A late-night visit from a refugee rabbi during World War II convinced a Portuguese official to save Jews from Hitler. Rabbi Haim Kruger, a refugee in France, and Aristides de Sousa Mendes, Portugal’s consul general in Bordeaux, “spoke all through the night about the problems of the war,” Sebastiao de Sousa Mendes, the consul’s son, told JTA recently. “In the morning, my father decided that it was time to save rather than ignore the refugees.”
So Aristides de Sousa Mendes issued visas to endangered Jews against the orders of the Portuguese dictator, Antonio Salazar.
He took the risk because he would “rather be with God against men than with men against God,” Sousa Mendes is reported to have said.
That risk saved 30,000 Jewish lives, but it cost Sousa Mendes his job. He died in 1954 in a Lisbon poorhouse.
In honor of 50 years since his death, Sousa Mendes’ legacy is being honored for a week starting Thursday, 64 years to the! day since he started his rescue mission on June 17, 1940. The special interfaith initiative is being led by the International Raoul Wallenberg Foundation.
Wallenberg, a Swedish diplomat based in Hungary, saved about 100,000 Jews during the Holocaust. Both Wallenberg and Sousa Mendes are recognized as Righteous Gentiles by the Yad Vashem Holocaust Memorial in Jerusalem.
“We Jewish people have to have a balance between complaining about what we suffered and celebrating the people who helped us,” said Baruch Tenembaum, founder of the Wallenberg Foundation in New York.
When there is shade, there is also light, Tenembaum says, and Sousa Mendes was one ray of light in the darkness of the Holocaust.

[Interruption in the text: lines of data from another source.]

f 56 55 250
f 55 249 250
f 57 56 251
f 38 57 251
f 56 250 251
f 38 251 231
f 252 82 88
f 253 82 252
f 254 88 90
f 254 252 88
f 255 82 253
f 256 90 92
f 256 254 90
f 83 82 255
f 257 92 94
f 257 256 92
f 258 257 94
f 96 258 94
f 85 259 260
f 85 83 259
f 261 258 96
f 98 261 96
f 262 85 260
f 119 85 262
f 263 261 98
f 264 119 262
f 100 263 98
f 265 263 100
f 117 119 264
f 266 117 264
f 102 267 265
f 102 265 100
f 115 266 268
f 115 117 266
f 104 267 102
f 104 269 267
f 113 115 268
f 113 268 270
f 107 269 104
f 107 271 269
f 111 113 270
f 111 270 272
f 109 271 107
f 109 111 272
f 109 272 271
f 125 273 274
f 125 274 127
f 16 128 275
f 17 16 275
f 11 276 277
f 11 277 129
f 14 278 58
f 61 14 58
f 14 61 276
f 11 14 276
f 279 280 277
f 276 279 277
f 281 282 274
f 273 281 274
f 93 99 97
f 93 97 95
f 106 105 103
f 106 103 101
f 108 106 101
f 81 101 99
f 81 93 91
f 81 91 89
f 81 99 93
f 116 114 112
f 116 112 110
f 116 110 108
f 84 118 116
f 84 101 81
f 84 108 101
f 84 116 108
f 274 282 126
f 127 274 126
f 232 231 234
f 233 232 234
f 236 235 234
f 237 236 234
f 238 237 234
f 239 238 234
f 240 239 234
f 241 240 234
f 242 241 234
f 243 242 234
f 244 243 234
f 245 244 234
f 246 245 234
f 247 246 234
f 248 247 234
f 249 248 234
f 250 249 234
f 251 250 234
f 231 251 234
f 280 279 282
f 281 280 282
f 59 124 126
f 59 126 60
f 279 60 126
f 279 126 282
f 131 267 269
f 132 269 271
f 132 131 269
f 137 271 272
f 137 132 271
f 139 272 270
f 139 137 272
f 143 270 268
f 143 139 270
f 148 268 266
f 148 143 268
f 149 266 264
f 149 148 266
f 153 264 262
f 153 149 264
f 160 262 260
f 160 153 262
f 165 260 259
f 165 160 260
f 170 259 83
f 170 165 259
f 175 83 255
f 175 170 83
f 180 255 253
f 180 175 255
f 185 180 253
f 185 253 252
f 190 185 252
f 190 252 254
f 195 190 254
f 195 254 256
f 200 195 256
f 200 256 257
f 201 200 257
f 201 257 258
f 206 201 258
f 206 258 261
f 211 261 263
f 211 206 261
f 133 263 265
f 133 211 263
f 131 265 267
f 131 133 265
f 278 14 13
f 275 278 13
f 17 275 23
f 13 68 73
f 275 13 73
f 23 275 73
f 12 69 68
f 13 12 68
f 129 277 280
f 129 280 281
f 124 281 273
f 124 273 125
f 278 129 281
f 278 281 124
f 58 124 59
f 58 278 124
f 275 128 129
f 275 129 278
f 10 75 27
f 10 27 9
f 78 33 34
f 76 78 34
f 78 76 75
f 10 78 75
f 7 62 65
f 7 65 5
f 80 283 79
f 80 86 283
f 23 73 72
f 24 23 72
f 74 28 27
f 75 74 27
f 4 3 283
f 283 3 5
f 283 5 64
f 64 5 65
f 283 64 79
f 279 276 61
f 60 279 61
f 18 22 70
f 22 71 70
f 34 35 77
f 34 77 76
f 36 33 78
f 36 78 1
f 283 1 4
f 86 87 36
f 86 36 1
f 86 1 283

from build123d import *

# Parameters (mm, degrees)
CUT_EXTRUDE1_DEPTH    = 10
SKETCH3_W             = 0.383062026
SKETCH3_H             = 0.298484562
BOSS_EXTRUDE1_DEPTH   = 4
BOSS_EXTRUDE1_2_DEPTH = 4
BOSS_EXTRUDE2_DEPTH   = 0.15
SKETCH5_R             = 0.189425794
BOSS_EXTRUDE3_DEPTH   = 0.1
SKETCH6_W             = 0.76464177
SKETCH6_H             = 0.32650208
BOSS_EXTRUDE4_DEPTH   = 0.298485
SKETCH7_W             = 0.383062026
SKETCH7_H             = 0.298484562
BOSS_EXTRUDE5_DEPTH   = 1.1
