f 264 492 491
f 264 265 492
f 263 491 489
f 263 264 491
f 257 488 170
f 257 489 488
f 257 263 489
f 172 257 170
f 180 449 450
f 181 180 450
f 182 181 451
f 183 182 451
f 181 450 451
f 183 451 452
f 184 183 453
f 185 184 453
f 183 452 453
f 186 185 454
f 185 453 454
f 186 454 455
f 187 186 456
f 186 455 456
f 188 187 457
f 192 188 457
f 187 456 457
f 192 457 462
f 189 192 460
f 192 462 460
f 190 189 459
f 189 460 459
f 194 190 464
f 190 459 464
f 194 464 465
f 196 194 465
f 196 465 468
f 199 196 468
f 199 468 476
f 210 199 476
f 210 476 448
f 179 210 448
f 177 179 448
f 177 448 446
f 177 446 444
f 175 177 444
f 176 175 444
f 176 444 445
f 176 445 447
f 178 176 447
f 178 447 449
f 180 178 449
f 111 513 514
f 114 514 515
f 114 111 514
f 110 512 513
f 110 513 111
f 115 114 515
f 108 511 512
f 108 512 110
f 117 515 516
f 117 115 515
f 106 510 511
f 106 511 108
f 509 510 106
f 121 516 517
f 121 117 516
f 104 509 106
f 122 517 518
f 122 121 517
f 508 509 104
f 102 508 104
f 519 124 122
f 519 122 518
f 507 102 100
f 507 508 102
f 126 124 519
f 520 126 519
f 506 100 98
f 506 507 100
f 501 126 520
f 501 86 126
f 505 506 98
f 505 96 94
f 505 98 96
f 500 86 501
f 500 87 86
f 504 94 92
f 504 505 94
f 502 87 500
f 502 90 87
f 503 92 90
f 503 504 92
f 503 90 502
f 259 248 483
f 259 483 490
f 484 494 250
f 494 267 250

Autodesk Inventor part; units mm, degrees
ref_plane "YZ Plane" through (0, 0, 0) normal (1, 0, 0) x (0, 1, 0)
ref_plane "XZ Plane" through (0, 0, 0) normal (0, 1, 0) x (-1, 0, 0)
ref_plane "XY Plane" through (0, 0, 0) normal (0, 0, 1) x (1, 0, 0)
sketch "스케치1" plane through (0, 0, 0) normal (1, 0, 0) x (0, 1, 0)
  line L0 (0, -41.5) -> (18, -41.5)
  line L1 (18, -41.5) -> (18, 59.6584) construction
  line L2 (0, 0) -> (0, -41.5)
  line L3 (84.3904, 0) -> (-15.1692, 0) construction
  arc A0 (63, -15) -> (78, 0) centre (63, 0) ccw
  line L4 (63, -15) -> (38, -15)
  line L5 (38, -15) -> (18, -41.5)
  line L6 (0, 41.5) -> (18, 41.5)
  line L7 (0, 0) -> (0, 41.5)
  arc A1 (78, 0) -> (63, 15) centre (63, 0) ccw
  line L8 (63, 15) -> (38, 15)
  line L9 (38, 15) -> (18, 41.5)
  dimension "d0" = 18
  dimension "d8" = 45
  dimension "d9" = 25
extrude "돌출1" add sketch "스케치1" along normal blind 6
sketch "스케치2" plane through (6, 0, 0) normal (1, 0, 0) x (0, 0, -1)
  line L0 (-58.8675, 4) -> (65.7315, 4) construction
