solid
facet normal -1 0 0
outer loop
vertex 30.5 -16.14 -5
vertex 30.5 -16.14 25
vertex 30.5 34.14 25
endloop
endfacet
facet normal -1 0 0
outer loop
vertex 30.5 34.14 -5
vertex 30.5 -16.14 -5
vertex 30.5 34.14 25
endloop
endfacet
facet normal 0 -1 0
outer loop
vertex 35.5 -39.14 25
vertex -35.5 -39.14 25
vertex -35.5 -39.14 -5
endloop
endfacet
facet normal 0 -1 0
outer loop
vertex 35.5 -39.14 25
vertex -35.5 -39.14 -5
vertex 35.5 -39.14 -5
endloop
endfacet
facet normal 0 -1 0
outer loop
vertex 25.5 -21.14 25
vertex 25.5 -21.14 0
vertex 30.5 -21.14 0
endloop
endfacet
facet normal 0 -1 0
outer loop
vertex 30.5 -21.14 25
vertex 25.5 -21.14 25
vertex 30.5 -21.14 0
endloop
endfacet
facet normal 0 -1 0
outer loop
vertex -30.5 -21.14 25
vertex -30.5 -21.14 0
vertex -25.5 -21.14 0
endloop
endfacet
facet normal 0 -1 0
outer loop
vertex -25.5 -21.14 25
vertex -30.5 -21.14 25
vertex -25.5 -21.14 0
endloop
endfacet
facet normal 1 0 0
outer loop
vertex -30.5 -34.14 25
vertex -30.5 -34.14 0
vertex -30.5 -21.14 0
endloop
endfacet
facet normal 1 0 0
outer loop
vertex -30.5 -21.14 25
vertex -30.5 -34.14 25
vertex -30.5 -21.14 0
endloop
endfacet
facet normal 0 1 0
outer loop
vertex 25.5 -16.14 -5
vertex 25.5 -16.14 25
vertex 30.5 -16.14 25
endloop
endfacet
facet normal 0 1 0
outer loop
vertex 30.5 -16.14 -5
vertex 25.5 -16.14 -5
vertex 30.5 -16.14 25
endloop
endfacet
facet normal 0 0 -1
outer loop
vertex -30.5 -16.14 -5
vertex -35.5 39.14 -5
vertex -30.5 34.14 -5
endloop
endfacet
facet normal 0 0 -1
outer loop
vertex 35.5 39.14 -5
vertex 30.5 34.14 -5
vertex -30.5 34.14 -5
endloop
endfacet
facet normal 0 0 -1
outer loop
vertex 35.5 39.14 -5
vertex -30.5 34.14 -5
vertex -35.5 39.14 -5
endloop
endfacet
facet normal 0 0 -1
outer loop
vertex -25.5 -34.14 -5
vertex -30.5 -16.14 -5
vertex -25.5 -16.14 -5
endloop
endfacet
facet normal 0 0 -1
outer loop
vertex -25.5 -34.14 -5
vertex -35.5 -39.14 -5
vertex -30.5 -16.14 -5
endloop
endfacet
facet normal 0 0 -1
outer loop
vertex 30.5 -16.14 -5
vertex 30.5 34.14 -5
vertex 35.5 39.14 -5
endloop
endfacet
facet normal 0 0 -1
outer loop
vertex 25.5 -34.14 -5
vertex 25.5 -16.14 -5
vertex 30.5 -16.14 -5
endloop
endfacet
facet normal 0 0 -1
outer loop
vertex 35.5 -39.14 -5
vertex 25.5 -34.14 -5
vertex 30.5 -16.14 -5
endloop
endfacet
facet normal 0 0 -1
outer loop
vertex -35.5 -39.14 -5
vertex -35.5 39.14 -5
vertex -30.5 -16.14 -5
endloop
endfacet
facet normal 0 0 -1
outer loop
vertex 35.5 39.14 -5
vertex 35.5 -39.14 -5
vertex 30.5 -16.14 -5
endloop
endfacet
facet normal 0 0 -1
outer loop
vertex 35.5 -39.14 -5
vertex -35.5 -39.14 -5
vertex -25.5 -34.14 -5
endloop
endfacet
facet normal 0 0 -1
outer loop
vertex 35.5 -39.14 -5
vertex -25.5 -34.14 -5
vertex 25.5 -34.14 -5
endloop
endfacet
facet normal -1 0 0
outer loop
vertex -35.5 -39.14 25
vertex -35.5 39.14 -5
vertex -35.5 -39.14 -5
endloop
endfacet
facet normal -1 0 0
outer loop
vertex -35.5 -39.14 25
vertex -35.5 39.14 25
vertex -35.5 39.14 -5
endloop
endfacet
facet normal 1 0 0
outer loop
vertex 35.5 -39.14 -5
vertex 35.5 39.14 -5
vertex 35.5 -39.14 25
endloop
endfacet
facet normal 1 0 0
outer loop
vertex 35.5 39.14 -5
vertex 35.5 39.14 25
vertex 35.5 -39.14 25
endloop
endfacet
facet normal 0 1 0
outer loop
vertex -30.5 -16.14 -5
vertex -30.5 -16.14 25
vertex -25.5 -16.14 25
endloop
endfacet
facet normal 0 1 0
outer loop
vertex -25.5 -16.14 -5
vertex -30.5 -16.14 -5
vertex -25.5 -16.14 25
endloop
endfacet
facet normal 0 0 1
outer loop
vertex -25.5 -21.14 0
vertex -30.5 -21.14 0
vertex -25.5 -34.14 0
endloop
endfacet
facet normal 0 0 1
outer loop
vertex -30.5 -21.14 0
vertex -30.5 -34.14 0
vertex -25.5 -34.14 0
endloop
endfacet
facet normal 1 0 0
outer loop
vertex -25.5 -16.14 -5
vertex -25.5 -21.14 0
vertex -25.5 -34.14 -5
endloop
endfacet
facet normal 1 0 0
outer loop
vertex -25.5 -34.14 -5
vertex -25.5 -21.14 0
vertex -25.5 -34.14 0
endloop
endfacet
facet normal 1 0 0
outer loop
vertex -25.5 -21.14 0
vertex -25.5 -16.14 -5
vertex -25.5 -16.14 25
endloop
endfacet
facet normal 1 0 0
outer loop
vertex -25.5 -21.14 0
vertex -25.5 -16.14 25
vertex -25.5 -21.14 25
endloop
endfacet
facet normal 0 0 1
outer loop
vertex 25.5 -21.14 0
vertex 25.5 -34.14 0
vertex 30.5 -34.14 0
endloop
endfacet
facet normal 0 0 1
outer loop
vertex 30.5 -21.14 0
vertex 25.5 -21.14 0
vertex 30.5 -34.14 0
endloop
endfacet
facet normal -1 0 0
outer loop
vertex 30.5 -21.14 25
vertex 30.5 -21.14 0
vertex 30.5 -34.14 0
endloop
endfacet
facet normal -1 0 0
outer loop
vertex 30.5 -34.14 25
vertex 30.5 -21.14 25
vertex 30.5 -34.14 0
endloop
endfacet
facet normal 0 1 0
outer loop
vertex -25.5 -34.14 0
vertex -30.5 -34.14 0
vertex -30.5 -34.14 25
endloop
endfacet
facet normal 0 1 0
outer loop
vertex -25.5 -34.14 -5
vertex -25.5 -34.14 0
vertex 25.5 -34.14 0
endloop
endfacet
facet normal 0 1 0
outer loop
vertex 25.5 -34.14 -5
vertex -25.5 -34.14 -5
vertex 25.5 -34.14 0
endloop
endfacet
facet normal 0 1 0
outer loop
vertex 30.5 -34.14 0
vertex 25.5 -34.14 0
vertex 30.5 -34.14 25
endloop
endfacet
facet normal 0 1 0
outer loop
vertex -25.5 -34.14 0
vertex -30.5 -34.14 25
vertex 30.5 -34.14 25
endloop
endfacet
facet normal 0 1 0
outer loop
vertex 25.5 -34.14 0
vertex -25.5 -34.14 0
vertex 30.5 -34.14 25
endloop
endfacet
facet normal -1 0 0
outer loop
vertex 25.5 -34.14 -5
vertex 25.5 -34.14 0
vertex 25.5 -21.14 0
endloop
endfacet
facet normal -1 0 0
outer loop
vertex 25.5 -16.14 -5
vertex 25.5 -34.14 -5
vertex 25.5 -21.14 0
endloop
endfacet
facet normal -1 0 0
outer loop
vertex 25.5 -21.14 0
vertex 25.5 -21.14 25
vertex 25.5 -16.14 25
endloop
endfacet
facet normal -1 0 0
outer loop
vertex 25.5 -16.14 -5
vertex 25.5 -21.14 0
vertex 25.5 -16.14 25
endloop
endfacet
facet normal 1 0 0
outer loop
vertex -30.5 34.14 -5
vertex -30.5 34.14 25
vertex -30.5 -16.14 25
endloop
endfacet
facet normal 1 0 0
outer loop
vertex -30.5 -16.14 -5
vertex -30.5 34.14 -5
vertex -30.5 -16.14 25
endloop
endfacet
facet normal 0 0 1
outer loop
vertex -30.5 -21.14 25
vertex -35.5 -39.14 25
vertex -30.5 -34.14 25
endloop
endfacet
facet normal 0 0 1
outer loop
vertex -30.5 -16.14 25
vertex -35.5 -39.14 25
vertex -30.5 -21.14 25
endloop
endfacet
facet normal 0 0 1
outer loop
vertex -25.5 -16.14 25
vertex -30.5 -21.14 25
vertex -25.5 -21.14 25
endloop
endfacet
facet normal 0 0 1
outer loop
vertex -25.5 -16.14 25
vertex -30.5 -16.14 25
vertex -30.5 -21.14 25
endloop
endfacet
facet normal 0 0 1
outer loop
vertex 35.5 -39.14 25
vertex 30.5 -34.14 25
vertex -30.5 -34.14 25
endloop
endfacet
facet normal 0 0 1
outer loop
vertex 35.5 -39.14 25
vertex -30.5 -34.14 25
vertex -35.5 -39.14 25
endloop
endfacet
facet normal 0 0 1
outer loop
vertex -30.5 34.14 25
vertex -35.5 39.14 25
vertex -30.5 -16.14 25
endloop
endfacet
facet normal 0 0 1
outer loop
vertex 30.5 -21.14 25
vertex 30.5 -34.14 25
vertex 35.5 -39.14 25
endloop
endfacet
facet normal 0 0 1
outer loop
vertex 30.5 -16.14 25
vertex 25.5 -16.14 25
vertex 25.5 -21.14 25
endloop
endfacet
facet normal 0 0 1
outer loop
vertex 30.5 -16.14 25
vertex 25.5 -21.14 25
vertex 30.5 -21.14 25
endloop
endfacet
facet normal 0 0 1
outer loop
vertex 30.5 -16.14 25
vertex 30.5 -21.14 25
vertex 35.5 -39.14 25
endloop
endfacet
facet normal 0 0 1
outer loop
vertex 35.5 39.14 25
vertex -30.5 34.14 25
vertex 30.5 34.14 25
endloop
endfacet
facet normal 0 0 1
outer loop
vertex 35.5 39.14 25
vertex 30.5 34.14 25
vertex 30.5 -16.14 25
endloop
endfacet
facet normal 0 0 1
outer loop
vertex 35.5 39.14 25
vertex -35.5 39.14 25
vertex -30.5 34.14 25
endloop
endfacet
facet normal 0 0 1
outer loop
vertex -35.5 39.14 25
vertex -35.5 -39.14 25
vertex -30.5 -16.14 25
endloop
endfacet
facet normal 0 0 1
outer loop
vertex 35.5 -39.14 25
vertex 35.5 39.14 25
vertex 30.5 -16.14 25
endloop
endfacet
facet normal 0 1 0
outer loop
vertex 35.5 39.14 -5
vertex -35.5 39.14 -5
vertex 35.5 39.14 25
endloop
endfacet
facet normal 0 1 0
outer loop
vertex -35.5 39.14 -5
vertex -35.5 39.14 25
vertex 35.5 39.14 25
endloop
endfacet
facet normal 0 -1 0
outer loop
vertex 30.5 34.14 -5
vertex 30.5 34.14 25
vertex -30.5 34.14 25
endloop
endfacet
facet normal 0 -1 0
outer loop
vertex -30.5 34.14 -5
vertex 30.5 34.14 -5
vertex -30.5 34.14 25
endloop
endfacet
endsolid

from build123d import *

# Parameters (mm, degrees)
F0_W     = 71
F0_H     = 78.27916
F1_DEPTH = 25
F2_W     = 71
F2_H     = 78.27916
F3_DEPTH = 5


with BuildPart() as f1:
    # F0 (on Top) → F1 (new body)
    with BuildSketch(Plane.XY):
        Rectangle(F0_W, F0_H)
        Polygon((-30.5, -34.13958), (-30.5, -21.13958), (-25.5, -21.13958), (-25.5, -16.13958), (-30.5, -16.13958), (-30.5, 34.13958), (30.5, 34.13958), (30.5, -16.13958), (25.5, -16.13958), (25.5, -21.13958), (30.5, -21.13958), (30.5, -34.13958), align=None, mode=Mode.SUBTRACT)
    extrude(amount=F1_DEPTH)

    # F2 (on face) → F3 (join)
    with BuildSketch(Plane(origin=(0, 0, 0), x_dir=(1, 0, 0), z_dir=(0, 0, -1))):
        Rectangle(F2_W, F2_H)
        Polygon((-25.5, 34.13958), (25.5, 34.13958), (25.5, 16.13958), (30.5, 16.13958), (30.5, -34.13958), (-30.5, -34.13958), (-30.5, 16.13958), (-25.5, 16.13958), align=None, mode=Mode.SUBTRACT)
    extrude(amount=F3_DEPTH)


solid = f1.part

Organizers of the interfaith initiative contacted churches and synagogues around the world to request that special services be held beginning June 17.

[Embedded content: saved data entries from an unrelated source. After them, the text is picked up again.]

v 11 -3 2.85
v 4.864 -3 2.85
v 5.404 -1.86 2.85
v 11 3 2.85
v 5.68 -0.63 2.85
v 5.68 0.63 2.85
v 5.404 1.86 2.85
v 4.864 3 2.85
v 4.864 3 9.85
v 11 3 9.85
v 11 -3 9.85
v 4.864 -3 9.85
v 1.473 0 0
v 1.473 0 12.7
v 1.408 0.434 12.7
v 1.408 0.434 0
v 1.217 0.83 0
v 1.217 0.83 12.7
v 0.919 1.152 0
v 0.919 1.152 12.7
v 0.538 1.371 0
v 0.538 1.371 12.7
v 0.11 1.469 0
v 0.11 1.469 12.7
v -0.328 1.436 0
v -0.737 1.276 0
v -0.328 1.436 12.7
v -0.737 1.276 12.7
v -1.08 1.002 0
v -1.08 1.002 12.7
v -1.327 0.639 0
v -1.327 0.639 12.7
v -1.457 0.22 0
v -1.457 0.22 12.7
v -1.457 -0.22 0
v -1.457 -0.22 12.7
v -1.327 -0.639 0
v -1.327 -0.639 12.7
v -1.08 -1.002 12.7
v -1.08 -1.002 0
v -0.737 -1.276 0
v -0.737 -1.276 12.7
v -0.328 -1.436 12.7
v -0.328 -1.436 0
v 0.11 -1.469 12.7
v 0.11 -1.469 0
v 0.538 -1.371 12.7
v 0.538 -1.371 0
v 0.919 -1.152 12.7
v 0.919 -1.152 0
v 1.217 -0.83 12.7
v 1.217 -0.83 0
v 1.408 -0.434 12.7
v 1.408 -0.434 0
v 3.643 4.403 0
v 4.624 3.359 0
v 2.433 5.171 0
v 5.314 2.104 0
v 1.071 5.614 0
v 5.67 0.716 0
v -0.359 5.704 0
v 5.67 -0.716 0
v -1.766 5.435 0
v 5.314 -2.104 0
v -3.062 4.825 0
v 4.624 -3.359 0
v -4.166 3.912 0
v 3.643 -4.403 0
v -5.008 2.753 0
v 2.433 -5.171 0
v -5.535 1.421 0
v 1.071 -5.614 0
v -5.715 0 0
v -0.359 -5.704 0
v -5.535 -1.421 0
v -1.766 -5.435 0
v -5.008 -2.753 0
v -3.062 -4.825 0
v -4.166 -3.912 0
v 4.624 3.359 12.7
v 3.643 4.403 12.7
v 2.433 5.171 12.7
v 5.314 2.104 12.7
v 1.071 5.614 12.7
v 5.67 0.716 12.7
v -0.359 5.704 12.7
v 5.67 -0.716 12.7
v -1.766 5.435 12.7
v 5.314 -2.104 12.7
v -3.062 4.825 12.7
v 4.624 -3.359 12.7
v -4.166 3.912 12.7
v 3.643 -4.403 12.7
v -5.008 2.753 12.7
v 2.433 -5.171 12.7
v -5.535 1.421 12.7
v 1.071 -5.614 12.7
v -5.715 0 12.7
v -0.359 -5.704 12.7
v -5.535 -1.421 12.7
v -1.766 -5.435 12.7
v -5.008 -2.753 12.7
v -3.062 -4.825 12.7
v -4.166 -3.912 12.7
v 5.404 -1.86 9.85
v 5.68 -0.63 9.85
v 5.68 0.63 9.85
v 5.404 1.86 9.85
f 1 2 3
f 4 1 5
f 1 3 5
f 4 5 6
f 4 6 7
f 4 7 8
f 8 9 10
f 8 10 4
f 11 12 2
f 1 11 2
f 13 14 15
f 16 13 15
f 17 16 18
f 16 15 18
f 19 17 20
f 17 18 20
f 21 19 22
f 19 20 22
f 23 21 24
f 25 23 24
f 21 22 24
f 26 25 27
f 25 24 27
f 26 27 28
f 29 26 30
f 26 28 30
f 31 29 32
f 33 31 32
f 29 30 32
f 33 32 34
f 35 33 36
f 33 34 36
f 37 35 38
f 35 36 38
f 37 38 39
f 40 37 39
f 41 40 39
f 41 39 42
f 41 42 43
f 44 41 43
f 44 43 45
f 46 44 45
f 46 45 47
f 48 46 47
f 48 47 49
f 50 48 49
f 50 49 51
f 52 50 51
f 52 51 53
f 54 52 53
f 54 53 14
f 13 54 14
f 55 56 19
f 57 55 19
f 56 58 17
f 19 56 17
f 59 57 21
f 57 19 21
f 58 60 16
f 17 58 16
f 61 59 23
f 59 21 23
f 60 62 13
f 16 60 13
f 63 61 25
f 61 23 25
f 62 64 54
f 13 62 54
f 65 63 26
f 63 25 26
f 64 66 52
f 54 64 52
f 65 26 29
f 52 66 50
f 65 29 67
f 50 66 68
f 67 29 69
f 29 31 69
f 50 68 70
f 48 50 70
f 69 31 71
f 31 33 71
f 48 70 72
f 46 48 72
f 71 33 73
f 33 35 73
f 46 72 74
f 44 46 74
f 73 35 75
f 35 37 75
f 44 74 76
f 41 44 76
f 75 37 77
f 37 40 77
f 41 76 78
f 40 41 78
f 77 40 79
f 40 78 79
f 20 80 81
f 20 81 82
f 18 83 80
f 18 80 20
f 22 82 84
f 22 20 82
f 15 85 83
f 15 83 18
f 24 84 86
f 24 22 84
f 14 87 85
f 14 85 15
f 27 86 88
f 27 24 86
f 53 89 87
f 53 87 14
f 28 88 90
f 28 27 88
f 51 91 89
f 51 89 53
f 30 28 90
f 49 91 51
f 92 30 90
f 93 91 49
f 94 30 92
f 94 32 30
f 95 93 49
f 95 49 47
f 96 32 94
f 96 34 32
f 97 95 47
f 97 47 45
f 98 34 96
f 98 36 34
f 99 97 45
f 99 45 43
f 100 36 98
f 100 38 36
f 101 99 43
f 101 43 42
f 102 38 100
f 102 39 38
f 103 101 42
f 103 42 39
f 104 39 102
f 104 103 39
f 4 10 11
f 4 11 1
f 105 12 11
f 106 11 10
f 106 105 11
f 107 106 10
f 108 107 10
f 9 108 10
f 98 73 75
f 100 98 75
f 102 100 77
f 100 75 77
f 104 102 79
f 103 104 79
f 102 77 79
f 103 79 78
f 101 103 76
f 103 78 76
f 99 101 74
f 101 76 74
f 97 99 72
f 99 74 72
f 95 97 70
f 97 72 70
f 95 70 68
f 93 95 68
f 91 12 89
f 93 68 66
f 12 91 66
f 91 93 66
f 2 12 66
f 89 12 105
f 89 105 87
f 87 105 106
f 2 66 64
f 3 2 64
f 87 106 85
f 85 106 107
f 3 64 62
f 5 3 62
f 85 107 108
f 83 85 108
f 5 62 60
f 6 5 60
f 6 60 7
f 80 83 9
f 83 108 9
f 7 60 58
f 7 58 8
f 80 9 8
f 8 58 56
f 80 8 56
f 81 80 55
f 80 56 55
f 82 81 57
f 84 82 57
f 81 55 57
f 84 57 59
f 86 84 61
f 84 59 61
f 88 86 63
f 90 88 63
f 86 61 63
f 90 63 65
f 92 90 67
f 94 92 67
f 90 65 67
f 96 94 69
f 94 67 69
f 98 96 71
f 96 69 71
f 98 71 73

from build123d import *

# Parameters (mm, degrees)
SKETCH1_R           = 5.715
BOSS_EXTRUDE1_DEPTH = 12.7
SKETCH2_R           = 1.4732
CUT_EXTRUDE1_DEPTH  = 16.053652381
SKETCH3_W           = 7
SKETCH3_H           = 6
BOSS_EXTRUDE2_DEPTH = 7


with BuildPart() as part:
    # Sketch1 → Boss-Extrude1 (new body)
    with BuildSketch(Plane.XY):
        with Locations(Location((0, 0, 0), (0, 0, 180))):
            Circle(SKETCH1_R)
    extrude(amount=BOSS_EXTRUDE1_DEPTH)

    # Sketch2 → Cut-Extrude1 (cut, through all)
    with BuildSketch(Plane.XY.offset(12.7)):
        Circle(SKETCH2_R)
    extrude(amount=-CUT_EXTRUDE1_DEPTH, mode=Mode.SUBTRACT)

    # Sketch3 → Boss-Extrude2 (add)
    with BuildSketch(Plane(origin=(4, 0, 0), x_dir=(0, 0, -1), z_dir=(1, 0, 0))):
        with Locations((-6.35, 0)):
            Rectangle(SKETCH3_W, SKETCH3_H)
    extrude(amount=BOSS_EXTRUDE2_DEPTH)


solid = part.part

As part of the events, the 50th Anniversary Sousa Mendes Medal will be given to Father Bernard Jacques Riviere of Bord! eaux for preserving Sousa Mendes’ memory through his radio program and articles.
Recipients of the International Sousa Mendes Righteous Award will be announced at ceremonies in Rome and New York, officials said.
Without Sousa Mendes’ visas, which he distributed as the Nazis were advancing on the south of France, thousands of Jews “wouldn’t have made it,” said Isaac Bitton, whose aunt Esther managed the Jewish soup kitchen in Portugal that Sousa Mendes frequented in his later years.
“The people he saved were flabbergasted, amazed and grateful,” said Sousa Mendes’ youngest son, John Paul Abranches, who lives in California.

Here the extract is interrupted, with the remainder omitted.